Last month, Elliott Management urged AT&T to refocus on its core business, criticizing its massive deals for Time Warner and DirecTV as inhibiting its financial performance.

In a statement Monday, Elliott Management’s Jesse Cohn and Marc Steinberg commended the AT&T plan, saying the new steps “will create substantial and enduring shareholder value at one of America’s greatest companies… It is clear to us that AT&T is committed to and accountable for creating shareholder value over the near- and long-term.”

Overall, AT&T’s consolidated revenue for the third quarter was $44.59 billion, below analyst consensus estimates of $45 billion and down 2.5% year over year. Net income dropped 18% to $3.95 billion; that translated into Q3 adjusted earnings per share of 94 cents (vs. consensus analyst estimates of EPS of 93 cents).

During the third quarter of 2019, AT&T dropped a net 1.16 million premium TV video subscribers, including at DirecTV, while its over-the-top AT&T TV Now service dropped 195,000 net customers, for a total net loss of 1.36 million video subs. The company attributed about 225,000 of those losses to programming blackouts. As of the end of the period, AT&T had 21.6 million total video customers, which included 1.1 million AT&T TV Now subscribers — down 3.6 million from 25.2 million a year earlier.

Stephenson suggested the rate of AT&T’s pay-TV losses peaked in Q3, noting that the third quarter is historically weak for the pay-TV business on the call with investors. He promised significant improvement in the pay-TV numbers for Q4 with subscriber trends getting better moving into next year. The DirecTV satellite business continues to provide strong free cash flow — of $4 billion per year — but Stephenson said the recently debuted internet-delivered AT&T TV service will become the standardized, primary go-to-market pay-television offering and HBO Max will “become the workhorse” for the video business.

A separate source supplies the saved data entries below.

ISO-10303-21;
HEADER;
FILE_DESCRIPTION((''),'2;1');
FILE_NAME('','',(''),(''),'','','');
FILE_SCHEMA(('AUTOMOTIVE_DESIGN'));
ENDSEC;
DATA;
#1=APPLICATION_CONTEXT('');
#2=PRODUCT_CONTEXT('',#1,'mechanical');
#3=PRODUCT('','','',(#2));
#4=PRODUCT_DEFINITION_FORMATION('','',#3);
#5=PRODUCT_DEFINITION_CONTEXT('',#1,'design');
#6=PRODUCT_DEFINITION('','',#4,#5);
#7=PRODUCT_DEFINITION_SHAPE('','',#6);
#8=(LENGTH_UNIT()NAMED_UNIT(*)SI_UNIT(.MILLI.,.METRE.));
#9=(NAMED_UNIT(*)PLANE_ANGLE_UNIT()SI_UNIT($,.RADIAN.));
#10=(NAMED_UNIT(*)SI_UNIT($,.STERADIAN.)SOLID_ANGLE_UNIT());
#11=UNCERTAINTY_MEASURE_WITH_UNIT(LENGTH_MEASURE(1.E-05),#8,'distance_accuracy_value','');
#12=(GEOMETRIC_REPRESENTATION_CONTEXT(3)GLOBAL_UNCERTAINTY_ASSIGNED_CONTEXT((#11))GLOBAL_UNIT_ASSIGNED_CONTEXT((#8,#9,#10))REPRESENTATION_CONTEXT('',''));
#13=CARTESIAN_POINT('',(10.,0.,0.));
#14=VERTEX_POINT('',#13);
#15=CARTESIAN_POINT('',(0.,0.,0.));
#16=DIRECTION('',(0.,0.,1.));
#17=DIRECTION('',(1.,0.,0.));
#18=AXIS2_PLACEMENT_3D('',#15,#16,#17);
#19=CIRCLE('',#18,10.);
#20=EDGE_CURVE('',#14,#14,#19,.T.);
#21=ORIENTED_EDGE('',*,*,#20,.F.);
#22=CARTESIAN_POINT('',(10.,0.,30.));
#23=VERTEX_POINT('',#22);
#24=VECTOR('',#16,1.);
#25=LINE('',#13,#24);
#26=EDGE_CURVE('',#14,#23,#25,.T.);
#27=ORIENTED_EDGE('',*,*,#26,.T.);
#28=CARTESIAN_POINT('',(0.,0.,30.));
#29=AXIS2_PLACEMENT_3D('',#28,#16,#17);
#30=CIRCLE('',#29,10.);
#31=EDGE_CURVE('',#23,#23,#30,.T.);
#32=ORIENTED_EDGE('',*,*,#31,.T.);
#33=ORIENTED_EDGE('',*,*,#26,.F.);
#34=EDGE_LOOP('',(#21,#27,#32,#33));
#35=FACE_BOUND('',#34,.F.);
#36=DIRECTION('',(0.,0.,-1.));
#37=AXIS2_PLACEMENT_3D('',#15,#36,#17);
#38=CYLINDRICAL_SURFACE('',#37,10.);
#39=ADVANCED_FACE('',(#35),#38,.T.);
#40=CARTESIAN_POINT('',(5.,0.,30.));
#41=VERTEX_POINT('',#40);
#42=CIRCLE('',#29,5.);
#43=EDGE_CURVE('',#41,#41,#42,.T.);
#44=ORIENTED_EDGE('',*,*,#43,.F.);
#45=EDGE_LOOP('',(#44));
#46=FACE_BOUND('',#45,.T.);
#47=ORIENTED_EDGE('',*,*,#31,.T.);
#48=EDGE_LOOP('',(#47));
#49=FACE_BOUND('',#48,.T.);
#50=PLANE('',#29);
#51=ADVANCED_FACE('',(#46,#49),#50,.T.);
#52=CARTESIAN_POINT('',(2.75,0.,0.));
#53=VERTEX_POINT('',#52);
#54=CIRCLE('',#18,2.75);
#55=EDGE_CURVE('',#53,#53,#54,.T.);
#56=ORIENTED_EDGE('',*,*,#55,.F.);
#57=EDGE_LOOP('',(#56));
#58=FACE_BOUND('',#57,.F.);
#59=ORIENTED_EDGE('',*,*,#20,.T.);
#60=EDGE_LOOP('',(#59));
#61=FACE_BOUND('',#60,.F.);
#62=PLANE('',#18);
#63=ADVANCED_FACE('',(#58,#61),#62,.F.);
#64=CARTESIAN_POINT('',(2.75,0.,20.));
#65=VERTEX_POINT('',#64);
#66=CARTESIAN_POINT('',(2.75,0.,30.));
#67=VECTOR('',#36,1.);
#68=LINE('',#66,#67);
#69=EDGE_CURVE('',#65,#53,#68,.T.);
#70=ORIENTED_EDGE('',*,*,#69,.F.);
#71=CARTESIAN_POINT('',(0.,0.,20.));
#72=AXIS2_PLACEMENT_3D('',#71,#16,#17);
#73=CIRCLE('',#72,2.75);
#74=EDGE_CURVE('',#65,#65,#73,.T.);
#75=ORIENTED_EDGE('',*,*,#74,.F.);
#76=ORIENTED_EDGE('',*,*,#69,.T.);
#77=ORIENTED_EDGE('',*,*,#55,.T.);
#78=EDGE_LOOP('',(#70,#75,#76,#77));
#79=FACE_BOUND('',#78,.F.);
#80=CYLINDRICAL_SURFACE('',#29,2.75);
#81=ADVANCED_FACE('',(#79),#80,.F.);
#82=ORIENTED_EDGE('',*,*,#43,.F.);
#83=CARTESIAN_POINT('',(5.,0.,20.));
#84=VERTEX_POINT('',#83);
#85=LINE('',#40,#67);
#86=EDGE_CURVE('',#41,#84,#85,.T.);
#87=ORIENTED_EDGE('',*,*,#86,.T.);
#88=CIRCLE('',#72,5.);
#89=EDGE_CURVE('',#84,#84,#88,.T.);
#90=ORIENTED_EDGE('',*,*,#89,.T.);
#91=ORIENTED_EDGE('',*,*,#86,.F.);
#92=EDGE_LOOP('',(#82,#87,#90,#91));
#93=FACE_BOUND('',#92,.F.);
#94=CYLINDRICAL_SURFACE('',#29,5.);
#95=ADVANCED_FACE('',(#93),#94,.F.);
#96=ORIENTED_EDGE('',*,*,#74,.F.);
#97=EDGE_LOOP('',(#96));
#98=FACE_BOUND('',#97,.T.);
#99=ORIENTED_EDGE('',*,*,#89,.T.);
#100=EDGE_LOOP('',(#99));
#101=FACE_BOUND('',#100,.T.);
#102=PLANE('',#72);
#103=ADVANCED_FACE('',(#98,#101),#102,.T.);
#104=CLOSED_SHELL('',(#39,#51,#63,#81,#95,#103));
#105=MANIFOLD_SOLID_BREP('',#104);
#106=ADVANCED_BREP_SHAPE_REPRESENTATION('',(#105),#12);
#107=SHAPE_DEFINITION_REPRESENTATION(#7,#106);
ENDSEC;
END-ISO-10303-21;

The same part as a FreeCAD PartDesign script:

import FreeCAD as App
import Part
import Sketcher
Q = App.Units.Quantity

doc = App.newDocument("Part")
body = doc.addObject("PartDesign::Body", "Body")

sketch1 = body.newObject("Sketcher::SketchObject", "Sketch")
sketch1.AttachmentSupport = (doc.getObject("XY_Plane"), [""])
sketch1.MapMode = "FlatFace"
sketch1.addGeometry(Part.Circle(App.Vector(0, 0, 0), App.Vector(0, 0, 1), 10), False)
sketch1.addConstraint([
    Sketcher.Constraint("Coincident", 0, 3, -1, 1),
    Sketcher.Constraint("Diameter", 0, Q("20 mm")),
])
pad1 = body.newObject("PartDesign::Pad", "Pad")
pad1.Profile = sketch1
pad1.Length = 30

sketch2 = body.newObject("Sketcher::SketchObject", "Sketch001")
sketch2.AttachmentSupport = (doc.getObject("XY_Plane"), [""])
sketch2.MapMode = "FlatFace"
sketch2.AttachmentOffset = App.Placement(App.Vector(0, 0, 30), App.Rotation())
sketch2.addGeometry(Part.Circle(App.Vector(0, 0, 0), App.Vector(0, 0, 1), 2.75), False)
sketch2.addConstraint([
    Sketcher.Constraint("Coincident", 0, 3, -1, 1),
    Sketcher.Constraint("Diameter", 0, Q("5.5 mm")),
])
pocket1 = body.newObject("PartDesign::Pocket", "Pocket")
pocket1.Profile = sketch2
pocket1.Type = "ThroughAll"

sketch3 = body.newObject("Sketcher::SketchObject", "Sketch002")
sketch3.AttachmentSupport = (doc.getObject("XY_Plane"), [""])
sketch3.MapMode = "FlatFace"
sketch3.AttachmentOffset = App.Placement(App.Vector(0, 0, 30), App.Rotation())
sketch3.addGeometry(Part.Circle(App.Vector(0, 0, 0), App.Vector(0, 0, 1), 5), False)
sketch3.addConstraint([
    Sketcher.Constraint("Coincident", 0, 3, -1, 1),
    Sketcher.Constraint("Diameter", 0, Q("10 mm")),
])
pocket2 = body.newObject("PartDesign::Pocket", "Pocket001")
pocket2.Profile = sketch3
pocket2.Length = 10

doc.recompute()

In the video business, “we ultimately get down to where we have two products,” Stephenson said: traditional satellite TV and a streaming service premised on the HBO Max platform that at some point will expand beyond subscription VOD to eventually incorporate live programming.

Stephenson officially announced that AT&T is forecasting 50 million HBO Max subscribers in the U.S. by 2025. The company revealed that projection last week in a Reuters story, in which AT&T COO John Stankey also said HBO Max with be made free to the telco’s customers who have HBO.

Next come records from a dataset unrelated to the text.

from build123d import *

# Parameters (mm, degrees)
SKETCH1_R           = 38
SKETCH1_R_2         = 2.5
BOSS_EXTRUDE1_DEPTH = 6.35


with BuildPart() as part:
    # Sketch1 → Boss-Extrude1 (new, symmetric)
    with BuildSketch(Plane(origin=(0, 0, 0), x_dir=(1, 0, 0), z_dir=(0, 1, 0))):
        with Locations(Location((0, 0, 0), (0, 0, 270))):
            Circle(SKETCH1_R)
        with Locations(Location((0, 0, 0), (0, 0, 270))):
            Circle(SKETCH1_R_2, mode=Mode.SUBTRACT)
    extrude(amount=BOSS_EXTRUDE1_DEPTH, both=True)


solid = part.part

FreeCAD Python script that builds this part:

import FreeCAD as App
import Part
import Sketcher
from FreeCAD import Vector

doc = App.newDocument("Part")
params = doc.addObject("Spreadsheet::Sheet", "Params")
for row, (alias, value) in enumerate([
    ("sketch1_diameter", "76 mm"),
    ("sketch1_diameter2", "5 mm"),
    ("pad1_length", "12.7 mm"),
], start=1):
    params.set(f"A{row}", alias)
    params.set(f"B{row}", "=" + value)
    params.setAlias(f"B{row}", alias)

body = doc.addObject("PartDesign::Body", "Body")

sketch1 = body.newObject("Sketcher::SketchObject", "Sketch")
sketch1.AttachmentSupport = (doc.getObject("XZ_Plane"), [""])
sketch1.MapMode = "FlatFace"
sketch1.addGeometry([
    Part.Circle(Vector(0, 0, 0), Vector(0, 0, 1), 38),
    Part.Circle(Vector(0, 0, 0), Vector(0, 0, 1), 2.5),
], False)
sketch1.addConstraint([
    Sketcher.Constraint("Coincident", 0, 3, -1, 1),
    Sketcher.Constraint("Coincident", 1, 3, -1, 1),
    Sketcher.Constraint("Diameter", 0, 76.0),
    Sketcher.Constraint("Diameter", 1, 5.0),
])
sketch1.setExpression("Constraints[2]", "Params.sketch1_diameter")
sketch1.setExpression("Constraints[3]", "Params.sketch1_diameter2")
pad1 = body.newObject("PartDesign::Pad", "Pad")
pad1.Profile = sketch1
pad1.setExpression("Length", "Params.pad1_length")
pad1.Midplane = True

doc.recompute()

WarnerMedia has set an HBO Max media day for Tuesday, Oct. 29, to announce new details of the forthcoming subscription streaming service set to debut next spring, which AT&T is banking to drive future financial growth.

WarnerMedia Q3 2019 operating revenue was $7.8 billion, down 4.4%, dragged down by a 10.4% decline at Warner Bros. with the company citing “a more favorable mix of box office releases in the prior comparable period” (which included “Aquaman” and “A Star Is Born”) as well as lower TV licensing. HBO revenue was up 10.6% to $1.8 billion, and Turner revenue of $3.0 billion was up 0.6%.

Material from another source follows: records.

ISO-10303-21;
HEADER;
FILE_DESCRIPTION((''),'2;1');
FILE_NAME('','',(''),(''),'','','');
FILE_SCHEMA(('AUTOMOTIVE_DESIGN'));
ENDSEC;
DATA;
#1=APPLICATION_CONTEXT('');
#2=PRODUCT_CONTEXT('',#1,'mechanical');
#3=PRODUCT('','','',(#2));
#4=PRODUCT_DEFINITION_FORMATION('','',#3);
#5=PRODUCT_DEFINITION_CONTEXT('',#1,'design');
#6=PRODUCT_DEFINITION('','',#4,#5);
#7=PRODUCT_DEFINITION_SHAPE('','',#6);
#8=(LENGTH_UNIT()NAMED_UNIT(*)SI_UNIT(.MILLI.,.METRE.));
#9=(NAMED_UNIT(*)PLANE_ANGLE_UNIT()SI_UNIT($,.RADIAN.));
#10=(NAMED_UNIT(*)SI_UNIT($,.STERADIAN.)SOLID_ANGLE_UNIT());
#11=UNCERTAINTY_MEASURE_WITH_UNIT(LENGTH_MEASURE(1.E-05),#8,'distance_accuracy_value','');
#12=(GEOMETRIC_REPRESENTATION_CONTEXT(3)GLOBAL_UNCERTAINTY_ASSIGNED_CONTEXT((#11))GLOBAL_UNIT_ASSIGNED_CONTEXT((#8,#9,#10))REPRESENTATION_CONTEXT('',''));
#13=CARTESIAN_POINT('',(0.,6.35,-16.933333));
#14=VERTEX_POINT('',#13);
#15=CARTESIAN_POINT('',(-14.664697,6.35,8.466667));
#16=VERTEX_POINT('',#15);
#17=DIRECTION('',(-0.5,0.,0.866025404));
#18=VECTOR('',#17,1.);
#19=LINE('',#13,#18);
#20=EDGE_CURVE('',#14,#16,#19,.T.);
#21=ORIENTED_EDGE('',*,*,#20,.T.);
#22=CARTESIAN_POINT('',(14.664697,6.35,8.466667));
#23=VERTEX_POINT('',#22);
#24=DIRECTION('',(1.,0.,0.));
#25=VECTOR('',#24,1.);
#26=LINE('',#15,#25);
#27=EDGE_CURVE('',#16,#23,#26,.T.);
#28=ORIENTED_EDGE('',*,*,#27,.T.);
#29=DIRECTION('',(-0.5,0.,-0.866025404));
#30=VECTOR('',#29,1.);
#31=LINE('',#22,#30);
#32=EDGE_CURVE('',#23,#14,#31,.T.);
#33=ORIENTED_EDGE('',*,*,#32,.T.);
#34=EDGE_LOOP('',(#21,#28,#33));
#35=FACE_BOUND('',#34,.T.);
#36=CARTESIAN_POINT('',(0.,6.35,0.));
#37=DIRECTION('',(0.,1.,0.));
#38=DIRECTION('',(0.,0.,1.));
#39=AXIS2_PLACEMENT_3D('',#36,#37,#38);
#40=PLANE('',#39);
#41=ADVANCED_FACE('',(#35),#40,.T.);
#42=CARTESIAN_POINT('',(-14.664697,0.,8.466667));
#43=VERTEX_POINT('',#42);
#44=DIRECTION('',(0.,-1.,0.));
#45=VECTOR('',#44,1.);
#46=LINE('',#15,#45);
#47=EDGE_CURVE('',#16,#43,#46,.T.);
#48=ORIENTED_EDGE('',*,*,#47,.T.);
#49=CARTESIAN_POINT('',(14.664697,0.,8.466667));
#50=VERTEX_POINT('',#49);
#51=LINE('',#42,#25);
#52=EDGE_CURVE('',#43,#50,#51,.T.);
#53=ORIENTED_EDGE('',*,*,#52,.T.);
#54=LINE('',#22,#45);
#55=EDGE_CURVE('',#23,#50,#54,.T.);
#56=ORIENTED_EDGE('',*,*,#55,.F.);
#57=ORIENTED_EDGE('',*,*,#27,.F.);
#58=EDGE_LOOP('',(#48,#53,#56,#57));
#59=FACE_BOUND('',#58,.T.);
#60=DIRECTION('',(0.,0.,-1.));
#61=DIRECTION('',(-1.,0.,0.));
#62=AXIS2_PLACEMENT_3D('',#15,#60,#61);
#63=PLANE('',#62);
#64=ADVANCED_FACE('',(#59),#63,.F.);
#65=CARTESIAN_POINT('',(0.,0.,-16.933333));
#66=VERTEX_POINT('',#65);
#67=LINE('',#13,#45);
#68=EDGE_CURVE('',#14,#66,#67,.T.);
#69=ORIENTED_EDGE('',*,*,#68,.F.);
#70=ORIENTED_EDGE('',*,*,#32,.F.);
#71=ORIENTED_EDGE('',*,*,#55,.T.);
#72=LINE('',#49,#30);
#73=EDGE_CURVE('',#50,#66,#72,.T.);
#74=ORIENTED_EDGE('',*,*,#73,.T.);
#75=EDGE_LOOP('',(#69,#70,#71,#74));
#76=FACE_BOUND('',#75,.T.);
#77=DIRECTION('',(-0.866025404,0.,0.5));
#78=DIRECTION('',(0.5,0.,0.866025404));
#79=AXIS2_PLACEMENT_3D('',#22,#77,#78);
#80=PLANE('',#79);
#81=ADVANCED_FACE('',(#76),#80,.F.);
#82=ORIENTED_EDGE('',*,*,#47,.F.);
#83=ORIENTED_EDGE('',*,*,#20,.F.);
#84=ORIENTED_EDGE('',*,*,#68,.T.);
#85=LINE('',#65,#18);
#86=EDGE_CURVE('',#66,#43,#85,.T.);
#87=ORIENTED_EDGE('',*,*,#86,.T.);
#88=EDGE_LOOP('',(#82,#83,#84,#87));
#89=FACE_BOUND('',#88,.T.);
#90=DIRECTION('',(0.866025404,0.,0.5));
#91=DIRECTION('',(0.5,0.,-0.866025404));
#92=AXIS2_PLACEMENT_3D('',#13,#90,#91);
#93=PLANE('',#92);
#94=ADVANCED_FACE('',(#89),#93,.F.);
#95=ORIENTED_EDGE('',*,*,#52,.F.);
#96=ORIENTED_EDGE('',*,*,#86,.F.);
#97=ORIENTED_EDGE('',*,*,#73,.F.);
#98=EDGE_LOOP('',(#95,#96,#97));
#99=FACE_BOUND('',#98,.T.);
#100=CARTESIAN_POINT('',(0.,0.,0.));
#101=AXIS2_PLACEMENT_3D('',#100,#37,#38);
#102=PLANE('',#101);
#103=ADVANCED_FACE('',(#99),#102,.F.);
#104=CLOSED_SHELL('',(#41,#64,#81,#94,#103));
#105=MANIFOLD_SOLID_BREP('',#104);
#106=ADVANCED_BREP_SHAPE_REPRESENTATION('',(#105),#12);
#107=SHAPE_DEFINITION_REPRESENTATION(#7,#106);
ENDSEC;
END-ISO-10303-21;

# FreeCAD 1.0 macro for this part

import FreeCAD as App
import Part
import Sketcher

V = App.Vector
Q = App.Units.Quantity


def add_polygon(sketch, points):
    """Adds a closed chain of lines whose ends are joined by coincident constraints."""
    first, n = sketch.GeometryCount, len(points)
    for a, b in zip(points, points[1:] + points[:1]):
        sketch.addGeometry(Part.LineSegment(App.Vector(*a, 0), App.Vector(*b, 0)), False)
    for i in range(n):
        sketch.addConstraint(Sketcher.Constraint("Coincident", first + i, 2, first + (i + 1) % n, 1))

doc = App.newDocument("Part")
params = doc.addObject("Spreadsheet::Sheet", "Params")
for row, (alias, value) in enumerate([
    ("pad1_length", "0.25 in"),
], start=1):
    params.set(f"A{row}", alias)
    params.set(f"B{row}", "=" + value)
    params.setAlias(f"B{row}", alias)

body = doc.addObject("PartDesign::Body", "Body")

# Sketch on XZ plane
sketch1 = body.newObject("Sketcher::SketchObject", "Sketch")
sketch1.AttachmentSupport = (doc.getObject("XZ_Plane"), [""])
sketch1.MapMode = "FlatFace"
add_polygon(sketch1, [(0, -17), (-15, 8), (15, 8)])  # lines 0-2
sketch1.addConstraint([
    Sketcher.Constraint("Horizontal", 1),
    Sketcher.Constraint("PointOnObject", 2, 2, -2),
    Sketcher.Constraint("Equal", 0, 2),
    Sketcher.Constraint("Angle", 0, Q("120 deg")),
    Sketcher.Constraint("DistanceY", 2, 2, 0, 2, Q("1 in")),
    Sketcher.Constraint("DistanceY", -1, 1, 0, 2, Q("8.466667 mm")),
])
pad1 = body.newObject("PartDesign::Pad", "Pad")
pad1.Profile = sketch1
pad1.setExpression("Length", "Params.pad1_length")
pad1.Reversed = True

doc.recompute()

For 2020-22, AT&T projects consolidated revenue to grow between 1%-2% each year. For next year it projected adjusted earnings per share to be $3.60 to $3.70 per share and $4.50 to $4.80 by 2022. Those EPS targets factor in HBO Max investment of 15 cents-20 cents per share in 2020, decreasing to about 10 cents per share in both 2021 and 2022. In the next three years, AT&T said it would pay off all the debt it amassed through the $85 billion transaction for Time Warner.

On Sunday, AT&T announced a $1.1 billion deal to sell its majority stake in Central European Media Enterprises. As of Sept. 30, the telco’s long-term debt stood at $153.57 billion, down from $166.25 billion at the end of 2018.